(PROVIDED DATA):
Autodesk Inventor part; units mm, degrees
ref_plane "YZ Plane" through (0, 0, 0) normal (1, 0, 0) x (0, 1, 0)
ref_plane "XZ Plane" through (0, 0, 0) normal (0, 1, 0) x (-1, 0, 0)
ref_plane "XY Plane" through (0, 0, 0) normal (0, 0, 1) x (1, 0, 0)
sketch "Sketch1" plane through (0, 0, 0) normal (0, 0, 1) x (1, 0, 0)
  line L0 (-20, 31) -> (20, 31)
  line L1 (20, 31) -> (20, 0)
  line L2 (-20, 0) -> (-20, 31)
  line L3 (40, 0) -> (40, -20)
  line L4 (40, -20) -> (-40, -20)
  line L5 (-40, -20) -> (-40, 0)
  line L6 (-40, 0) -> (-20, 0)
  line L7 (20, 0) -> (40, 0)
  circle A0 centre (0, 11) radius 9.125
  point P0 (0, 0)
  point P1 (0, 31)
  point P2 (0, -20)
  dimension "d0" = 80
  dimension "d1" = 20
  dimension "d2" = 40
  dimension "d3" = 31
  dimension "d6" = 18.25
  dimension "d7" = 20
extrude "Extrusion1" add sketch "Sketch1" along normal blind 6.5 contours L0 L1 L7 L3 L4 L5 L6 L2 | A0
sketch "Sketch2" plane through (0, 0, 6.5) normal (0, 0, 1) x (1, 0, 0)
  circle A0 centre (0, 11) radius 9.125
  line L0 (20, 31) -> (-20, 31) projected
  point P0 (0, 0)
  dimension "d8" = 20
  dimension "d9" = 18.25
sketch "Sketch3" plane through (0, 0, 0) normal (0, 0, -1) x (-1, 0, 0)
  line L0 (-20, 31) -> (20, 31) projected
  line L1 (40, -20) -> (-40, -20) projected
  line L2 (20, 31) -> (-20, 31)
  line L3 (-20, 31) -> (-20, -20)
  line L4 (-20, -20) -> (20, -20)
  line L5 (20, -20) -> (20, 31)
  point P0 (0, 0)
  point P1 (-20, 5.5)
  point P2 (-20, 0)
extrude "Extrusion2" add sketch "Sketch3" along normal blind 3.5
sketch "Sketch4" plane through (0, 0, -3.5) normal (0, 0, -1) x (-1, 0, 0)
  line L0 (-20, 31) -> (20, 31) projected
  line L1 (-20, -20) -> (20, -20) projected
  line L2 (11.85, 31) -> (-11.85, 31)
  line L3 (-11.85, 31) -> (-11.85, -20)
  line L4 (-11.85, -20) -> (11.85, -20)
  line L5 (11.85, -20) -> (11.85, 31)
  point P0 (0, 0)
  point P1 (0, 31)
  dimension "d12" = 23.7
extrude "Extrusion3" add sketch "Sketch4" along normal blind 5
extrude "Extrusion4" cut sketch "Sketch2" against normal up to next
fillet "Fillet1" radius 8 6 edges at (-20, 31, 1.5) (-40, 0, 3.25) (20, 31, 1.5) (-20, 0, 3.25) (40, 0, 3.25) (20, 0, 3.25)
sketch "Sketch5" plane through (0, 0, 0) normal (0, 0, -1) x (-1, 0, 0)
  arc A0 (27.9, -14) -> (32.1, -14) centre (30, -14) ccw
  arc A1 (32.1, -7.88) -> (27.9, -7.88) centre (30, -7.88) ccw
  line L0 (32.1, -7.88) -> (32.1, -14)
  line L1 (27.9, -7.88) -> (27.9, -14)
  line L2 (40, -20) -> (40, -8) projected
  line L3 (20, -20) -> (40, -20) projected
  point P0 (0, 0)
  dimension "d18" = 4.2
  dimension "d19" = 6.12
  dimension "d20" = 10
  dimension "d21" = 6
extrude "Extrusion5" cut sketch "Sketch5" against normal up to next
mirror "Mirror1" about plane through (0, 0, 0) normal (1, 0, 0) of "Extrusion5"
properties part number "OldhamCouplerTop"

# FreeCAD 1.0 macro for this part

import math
import FreeCAD as App
import Part
import Sketcher
from FreeCAD import Vector


def edges_at(feature, points):
    """Names of the edges that pass closest to the given points."""
    edges = feature.Shape.Edges
    near = lambda p: min(range(len(edges)), key=lambda i: edges[i].distToShape(Part.Vertex(*p))[0])
    return sorted({f"Edge{near(p) + 1}" for p in points})

doc = App.newDocument("Part")
params = doc.addObject("Spreadsheet::Sheet", "Params")
for row, (alias, value) in enumerate([
    ("sketch1_width", "40 mm"),
    ("sketch1_width2", "20 mm"),
    ("sketch1_height", "31 mm"),
    ("pad1_length", "6.5 mm"),
    ("sketch2_width", "40 mm"),
    ("sketch2_height", "51 mm"),
    ("pad2_length", "3.5 mm"),
    ("sketch3_width", "23.7 mm"),
    ("sketch3_height", "51 mm"),
    ("pad3_length", "5 mm"),
    ("sketch4_diameter", "18.25 mm"),
    ("fillet_radius", "8 mm"),
    ("sketch5_radius", "2.1 mm"),
    ("sketch5_height", "6.12 mm"),
], start=1):
    params.set(f"A{row}", alias)
    params.set(f"B{row}", "=" + value)
    params.setAlias(f"B{row}", alias)

body = doc.addObject("PartDesign::Body", "Body")

# Sketch on XY plane
sketch1 = body.newObject("Sketcher::SketchObject", "Sketch")
sketch1.AttachmentSupport = (doc.getObject("XY_Plane"), [""])
sketch1.MapMode = "FlatFace"
sketch1.addGeometry([
    Part.LineSegment(Vector(20, 31, 0), Vector(-20, 31, 0)),  # 0
    Part.LineSegment(Vector(-20, 31, 0), Vector(-20, 0, 0)),  # 1
    Part.LineSegment(Vector(-20, 0, 0), Vector(-40, 0, 0)),  # 2
    Part.LineSegment(Vector(-40, 0, 0), Vector(-40, -20, 0)),  # 3
    Part.LineSegment(Vector(-40, -20, 0), Vector(40, -20, 0)),  # 4
    Part.LineSegment(Vector(40, -20, 0), Vector(40, 0, 0)),  # 5
    Part.LineSegment(Vector(40, 0, 0), Vector(20, 0, 0)),  # 6
    Part.LineSegment(Vector(20, 0, 0), Vector(20, 31, 0)),  # 7
], False)
sketch1.addConstraint([
    Sketcher.Constraint("Coincident", 0, 2, 1, 1),
    Sketcher.Constraint("Coincident", 1, 2, 2, 1),
    Sketcher.Constraint("Coincident", 2, 2, 3, 1),
    Sketcher.Constraint("Coincident", 3, 2, 4, 1),
    Sketcher.Constraint("Coincident", 4, 2, 5, 1),
    Sketcher.Constraint("Coincident", 5, 2, 6, 1),
    Sketcher.Constraint("Coincident", 6, 2, 7, 1),
    Sketcher.Constraint("Coincident", 7, 2, 0, 1),
    Sketcher.Constraint("Horizontal", 0),
    Sketcher.Constraint("Vertical", 1),
    Sketcher.Constraint("Horizontal", 2),
    Sketcher.Constraint("Vertical", 3),
    Sketcher.Constraint("Horizontal", 4),
    Sketcher.Constraint("Vertical", 5),
    Sketcher.Constraint("Horizontal", 6),
    Sketcher.Constraint("Vertical", 7),
    Sketcher.Constraint("Symmetric", 2, 2, 5, 2, -1, 1),
    Sketcher.Constraint("Symmetric", 1, 2, 6, 2, -2),
    Sketcher.Constraint("Equal", 6, 3),
    Sketcher.Constraint("DistanceX", 0, 2, 0, 1, 40.0),
    Sketcher.Constraint("DistanceX", 2, 2, 2, 1, 20.0),
    Sketcher.Constraint("DistanceY", 1, 2, 1, 1, 31.0),
])
sketch1.setExpression("Constraints[19]", "Params.sketch1_width")
sketch1.setExpression("Constraints[20]", "Params.sketch1_width2")
sketch1.setExpression("Constraints[21]", "Params.sketch1_height")
pad1 = body.newObject("PartDesign::Pad", "Pad")
pad1.Profile = sketch1
pad1.setExpression("Length", "Params.pad1_length")

# Sketch on XY plane
sketch2 = body.newObject("Sketcher::SketchObject", "Sketch001")
sketch2.AttachmentSupport = (doc.getObject("XY_Plane"), [""])
sketch2.MapMode = "FlatFace"
sketch2.addGeometry([
    Part.LineSegment(Vector(-20, 31, 0), Vector(20, 31, 0)),
    Part.LineSegment(Vector(20, 31, 0), Vector(20, -20, 0)),
    Part.LineSegment(Vector(20, -20, 0), Vector(-20, -20, 0)),
    Part.LineSegment(Vector(-20, -20, 0), Vector(-20, 31, 0)),
], False)
sketch2.addConstraint([
    Sketcher.Constraint("Coincident", 0, 2, 1, 1),
    Sketcher.Constraint("Coincident", 1, 2, 2, 1),
    Sketcher.Constraint("Coincident", 2, 2, 3, 1),
    Sketcher.Constraint("Coincident", 3, 2, 0, 1),
    Sketcher.Constraint("Horizontal", 0),
    Sketcher.Constraint("Vertical", 1),
    Sketcher.Constraint("Horizontal", 2),
    Sketcher.Constraint("Vertical", 3),
    Sketcher.Constraint("DistanceX", 0, 1, 0, 2, 40.0),
    Sketcher.Constraint("DistanceY", 1, 2, 1, 1, 51.0),
    Sketcher.Constraint("DistanceX", -1, 1, 0, 2, 20.0),
    Sketcher.Constraint("DistanceY", -1, 1, 0, 2, 31.0),
])
sketch2.setExpression("Constraints[8]", "Params.sketch2_width")
sketch2.setExpression("Constraints[9]", "Params.sketch2_height")
pad2 = body.newObject("PartDesign::Pad", "Pad001")
pad2.Profile = sketch2
pad2.setExpression("Length", "Params.pad2_length")
pad2.Reversed = True

# Sketch on XY plane
sketch3 = body.newObject("Sketcher::SketchObject", "Sketch002")
sketch3.AttachmentSupport = (doc.getObject("XY_Plane"), [""])
sketch3.MapMode = "FlatFace"
sketch3.AttachmentOffset = App.Placement(Vector(0, 0, -3.5), App.Rotation())
sketch3.addGeometry([
    Part.LineSegment(Vector(-12, 31, 0), Vector(12, 31, 0)),
    Part.LineSegment(Vector(12, 31, 0), Vector(12, -20, 0)),
    Part.LineSegment(Vector(12, -20, 0), Vector(-12, -20, 0)),
    Part.LineSegment(Vector(-12, -20, 0), Vector(-12, 31, 0)),
], False)
sketch3.addConstraint([
    Sketcher.Constraint("Coincident", 0, 2, 1, 1),
    Sketcher.Constraint("Coincident", 1, 2, 2, 1),
    Sketcher.Constraint("Coincident", 2, 2, 3, 1),
    Sketcher.Constraint("Coincident", 3, 2, 0, 1),
    Sketcher.Constraint("Horizontal", 0),
    Sketcher.Constraint("Vertical", 1),
    Sketcher.Constraint("Horizontal", 2),
    Sketcher.Constraint("Vertical", 3),
    Sketcher.Constraint("DistanceX", 0, 1, 0, 2, 23.7),
    Sketcher.Constraint("DistanceY", 1, 2, 1, 1, 51.0),
    Sketcher.Constraint("DistanceY", -1, 1, 0, 2, 31.0),
    Sketcher.Constraint("DistanceX", -1, 1, 0, 2, 11.85),
])
sketch3.setExpression("Constraints[8]", "Params.sketch3_width")
sketch3.setExpression("Constraints[9]", "Params.sketch3_height")
pad3 = body.newObject("PartDesign::Pad", "Pad002")
pad3.Profile = sketch3
pad3.setExpression("Length", "Params.pad3_length")
pad3.Reversed = True

# Sketch on XY plane
sketch4 = body.newObject("Sketcher::SketchObject", "Sketch003")
sketch4.AttachmentSupport = (doc.getObject("XY_Plane"), [""])
sketch4.MapMode = "FlatFace"
sketch4.AttachmentOffset = App.Placement(Vector(0, 0, 6.5), App.Rotation())
sketch4.addGeometry(Part.Circle(Vector(0, 11, 0), Vector(0, 0, 1), 9), False)
sketch4.addConstraint([
    Sketcher.Constraint("PointOnObject", 0, 3, -2),
    Sketcher.Constraint("Diameter", 0, 18.25),
    Sketcher.Constraint("DistanceY", -1, 1, 0, 3, 11.0),
])
sketch4.setExpression("Constraints[1]", "Params.sketch4_diameter")
pocket1 = body.newObject("PartDesign::Pocket", "Pocket")
pocket1.Profile = sketch4
pocket1.Type = "UpToFirst"
doc.recompute()

fillet = body.newObject("PartDesign::Fillet", "Fillet")
fillet.Base = (pocket1, edges_at(pocket1, [
    (-20, 31, 1.5),
    (-40, 0, 3.25),
    (20, 31, 1.5),
    (-20, 0, 3.25),
    (40, 0, 3.25),
    (20, 0, 3.25),
]))
fillet.setExpression("Radius", "Params.fillet_radius")

# Sketch on XY plane
sketch5 = body.newObject("Sketcher::SketchObject", "Sketch004")
sketch5.AttachmentSupport = (doc.getObject("XY_Plane"), [""])
sketch5.MapMode = "FlatFace"
sketch5.addGeometry([
    Part.LineSegment(Vector(-27.9, -7.9, 0), Vector(-27.9, -14, 0)),
    Part.ArcOfCircle(Part.Circle(Vector(-30, -14, 0), Vector(0, 0, 1), 2.1), math.radians(180), math.radians(360)),
    Part.LineSegment(Vector(-32.1, -14, 0), Vector(-32.1, -7.9, 0)),
    Part.ArcOfCircle(Part.Circle(Vector(-30, -7.9, 0), Vector(0, 0, 1), 2.1), math.radians(0), math.radians(180)),
], False)
sketch5.addConstraint([
    Sketcher.Constraint("Tangent", 0, 2, 1, 2),
    Sketcher.Constraint("Tangent", 1, 1, 2, 1),
    Sketcher.Constraint("Tangent", 2, 2, 3, 2),
    Sketcher.Constraint("Tangent", 3, 1, 0, 1),
    Sketcher.Constraint("Vertical", 0),
    Sketcher.Constraint("Vertical", 2),
    Sketcher.Constraint("Radius", 1, 2.1),
    Sketcher.Constraint("DistanceY", 0, 2, 0, 1, 6.12),
    Sketcher.Constraint("DistanceX", 1, 3, -1, 1, 30.0),
    Sketcher.Constraint("DistanceY", 1, 3, -1, 1, 14.0),
])
sketch5.setExpression("Constraints[6]", "Params.sketch5_radius")
sketch5.setExpression("Constraints[7]", "Params.sketch5_height")
pocket2 = body.newObject("PartDesign::Pocket", "Pocket001")
pocket2.Profile = sketch5
pocket2.Type = "UpToFirst"
pocket2.Reversed = True
doc.recompute()

mirrored = body.newObject("PartDesign::Mirrored", "Mirrored")
mirrored.Originals = [pocket2]
mirrored.MirrorPlane = (doc.getObject("YZ_Plane"), [""])
body.Tip = mirrored

doc.recompute()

(EXERCISE AIM): Scan the data above, find each line with "against", and copy it.

(SOLUTION TO THE PROBLEM):
extrude "Extrusion4" cut sketch "Sketch2" against normal up to next
extrude "Extrusion5" cut sketch "Sketch5" against normal up to next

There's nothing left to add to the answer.